絡み合う糸解きほぐす時、縦横無尽に煌めく推理!
怪しい証言、深まる疑念。真犯人は別にいる?
たった一つの真実見抜く、見た目は子供、頭脳は大人。
その名は、名探偵コナン!

2009年に放送された「ザ・取調室」がまさかのツー。この回、小山力也さんが初めて小五郎を演じた記念すべき回なんです。
今回の脚本はおなじみ扇澤延男さん。浦沢さん回の直後だから、すごお~く安心感を覚えました笑

登場キャラは江戸川コナン、毛利小五郎、目暮警部、高木刑事、千葉刑事。毛利蘭がセリフなしで、佐藤刑事が名前のみ登場。



■今週のまとめ・感想

【登場人物】
北尾研吾(きたお けんご)……70歳。元小学校教諭。
本田雅斗(ほんだ まさと)……25歳。遊び人(笑)。
蒲原保(かんばら たもつ)……51歳。会社員。
四方遥香(よも はるか)……37歳。手芸用品店経営者。


旭台警察署で、目暮警部に詰め寄る小五郎。小五郎が捜査に協力した事件の被疑者が、逮捕から一週間経つのに未だに起訴されていないことを、疑問に思ったのだ。
被疑者は元小学校教諭の北尾研吾、70歳。取り調べを受ける彼の供述はどこか曖昧で、早く起訴されたがっている様子。ひょっとして真犯人を庇っているのか……?

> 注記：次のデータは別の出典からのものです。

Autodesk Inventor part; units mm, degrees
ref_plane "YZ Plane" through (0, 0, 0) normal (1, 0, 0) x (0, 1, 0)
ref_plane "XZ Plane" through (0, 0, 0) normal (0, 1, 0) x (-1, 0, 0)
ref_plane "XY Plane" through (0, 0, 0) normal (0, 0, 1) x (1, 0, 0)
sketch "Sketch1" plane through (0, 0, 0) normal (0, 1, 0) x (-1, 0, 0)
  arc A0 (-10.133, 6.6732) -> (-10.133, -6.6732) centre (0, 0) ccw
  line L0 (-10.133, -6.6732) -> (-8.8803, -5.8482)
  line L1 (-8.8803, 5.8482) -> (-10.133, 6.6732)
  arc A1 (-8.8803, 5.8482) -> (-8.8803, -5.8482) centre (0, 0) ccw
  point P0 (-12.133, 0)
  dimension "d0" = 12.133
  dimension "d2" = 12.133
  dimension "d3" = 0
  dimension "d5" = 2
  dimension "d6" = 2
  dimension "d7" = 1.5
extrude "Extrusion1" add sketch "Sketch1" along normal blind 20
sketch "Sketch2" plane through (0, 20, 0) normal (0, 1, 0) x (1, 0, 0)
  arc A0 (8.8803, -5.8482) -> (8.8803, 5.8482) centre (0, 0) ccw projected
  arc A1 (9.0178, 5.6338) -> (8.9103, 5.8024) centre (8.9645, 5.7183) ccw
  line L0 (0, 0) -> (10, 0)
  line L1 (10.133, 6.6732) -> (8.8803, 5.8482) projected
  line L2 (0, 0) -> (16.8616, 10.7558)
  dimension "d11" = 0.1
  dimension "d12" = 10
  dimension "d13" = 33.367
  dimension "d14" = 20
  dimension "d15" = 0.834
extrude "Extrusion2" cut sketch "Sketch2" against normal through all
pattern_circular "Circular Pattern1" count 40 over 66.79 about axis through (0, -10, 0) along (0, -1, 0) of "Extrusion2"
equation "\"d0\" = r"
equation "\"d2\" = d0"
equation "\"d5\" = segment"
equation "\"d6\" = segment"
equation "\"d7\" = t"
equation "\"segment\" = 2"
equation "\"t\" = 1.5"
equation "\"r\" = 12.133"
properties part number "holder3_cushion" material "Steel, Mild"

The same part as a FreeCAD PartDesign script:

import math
import FreeCAD as App
import Part
import Sketcher
from FreeCAD import Vector

doc = App.newDocument("Part")
body = doc.addObject("PartDesign::Body", "Body")

sketch1 = body.newObject("Sketcher::SketchObject", "Sketch")
sketch1.AttachmentSupport = (doc.getObject("XZ_Plane"), [""])
sketch1.MapMode = "FlatFace"
sketch1.addGeometry([
    Part.LineSegment(Vector(8.8803, 5.8482, 0), Vector(10.133, 6.6732, 0)),
    Part.ArcOfCircle(Part.Circle(Vector(0, 0, 0), Vector(0, 0, 1), 12.132983), math.radians(-33.367347), math.radians(33.367347)),
    Part.LineSegment(Vector(10.133, -6.6732, 0), Vector(8.8803, -5.8482, 0)),
    Part.ArcOfCircle(Part.Circle(Vector(0, 0, 0), Vector(0, 0, 1), 10.633023), math.radians(-33.367255), math.radians(33.367255)),
], False)
sketch1.addConstraint([
    Sketcher.Constraint("Coincident", 0, 2, 1, 2),
    Sketcher.Constraint("Coincident", 1, 1, 2, 1),
    Sketcher.Constraint("Coincident", 2, 2, 3, 1),
    Sketcher.Constraint("Coincident", 3, 2, 0, 1),
    Sketcher.Constraint("Coincident", 1, 3, -1, 1),
    Sketcher.Constraint("Coincident", 3, 3, -1, 1),
    Sketcher.Constraint("Vertical", 0, 2, 1, 1),
    Sketcher.Constraint("Vertical", 2, 2, 3, 2),
    Sketcher.Constraint("Radius", 1, 12.133),
    Sketcher.Constraint("Distance", 0, 1.5),
    Sketcher.Constraint("DistanceX", -1, 1, 0, 2, 10.133),
    Sketcher.Constraint("DistanceY", 1, 1, 2, 2, 0.825),
])
pad1 = body.newObject("PartDesign::Pad", "Pad")
pad1.Profile = sketch1
pad1.Length = 20
pad1.Reversed = True

sketch2 = body.newObject("Sketcher::SketchObject", "Sketch001")
sketch2.AttachmentSupport = (doc.getObject("XZ_Plane"), [""])
sketch2.MapMode = "FlatFace"
sketch2.AttachmentOffset = App.Placement(Vector(0, 0, -20), App.Rotation())
sketch2.addGeometry([
    Part.ArcOfCircle(Part.Circle(Vector(8.9645, -5.7183, 0), Vector(0, 0, 1), 0.099906), math.radians(-122.800601), math.radians(57.757532)),
    Part.ArcOfCircle(Part.Circle(Vector(0, 0, 0), Vector(0, 0, 1), 10.633023), math.radians(-33.072232), math.radians(-31.994759)),
], False)
sketch2.addConstraint([
    Sketcher.Constraint("Coincident", 0, 1, 1, 1),
    Sketcher.Constraint("Coincident", 1, 2, 0, 2),
    Sketcher.Constraint("Coincident", 1, 3, -1, 1),
    Sketcher.Constraint("Radius", 0, 0.1),
    Sketcher.Constraint("Radius", 1, 10.633),
    Sketcher.Constraint("DistanceY", 0, 1, 0, 3, 0.084),
    Sketcher.Constraint("DistanceX", -1, 1, 0, 3, 8.9645),
])
pocket1 = body.newObject("PartDesign::Pocket", "Pocket")
pocket1.Profile = sketch2
pocket1.Type = "ThroughAll"
pocket1.Reversed = True
doc.recompute()

polarpattern = body.newObject("PartDesign::PolarPattern", "PolarPattern")
polarpattern.Originals = [pocket1]
polarpattern.Axis = (doc.getObject("Y_Axis"), [""])
polarpattern.Angle = 66.79
polarpattern.Occurrences = 40
polarpattern.Reversed = True
body.Tip = polarpattern

doc.recompute()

北尾に嫌疑がかかっているのは、8日前に起きた殺人事件。
旭台の造成地に放置された自動車から、本田雅斗という男性の死体が発見されたもので、死因は練炭による一酸化炭素中毒。本田は睡眠薬で眠らされて殺されたようだ。事件は匿名の通報で発覚した。被害者の肩書き、「遊び人」って笑
新聞で事件を知った小五郎は、事件発生の2日前に、被害者と激しく揉めていた高齢男性のことを目暮警部に証言した。
そこに、千葉刑事に連れられて蒲原保という男がやってくる。
蒲原は、事件発生時刻に現場から立ち去る男を目撃したことを証言。その男こそ蒲原の小学校時代の担任で、2日前に小五郎が目撃した人物。北尾研吾だった。
北尾がホームセンターで練炭を買ったことも分かり、北尾はすぐに逮捕・送検された。

……以上が、現在に至るまでのいきさつだ。
取調室の前で北尾の様子を見ていた小五郎たちの元に、千葉が新たな容疑者の情報を持ってくる。
容疑者は、被害者の叔母にあたる四方遥香、37歳。甥である本田から頻繁に金をせびられていた、という動機を持つ。犯行時刻のアリバイがあるものの、北尾とは同じ俳句教室に通い、親しくしていたという繋がりが見つかった。
北尾は、四方が本田を殺害したと思い込み、彼女を庇っているのではないか……と小五郎は考える。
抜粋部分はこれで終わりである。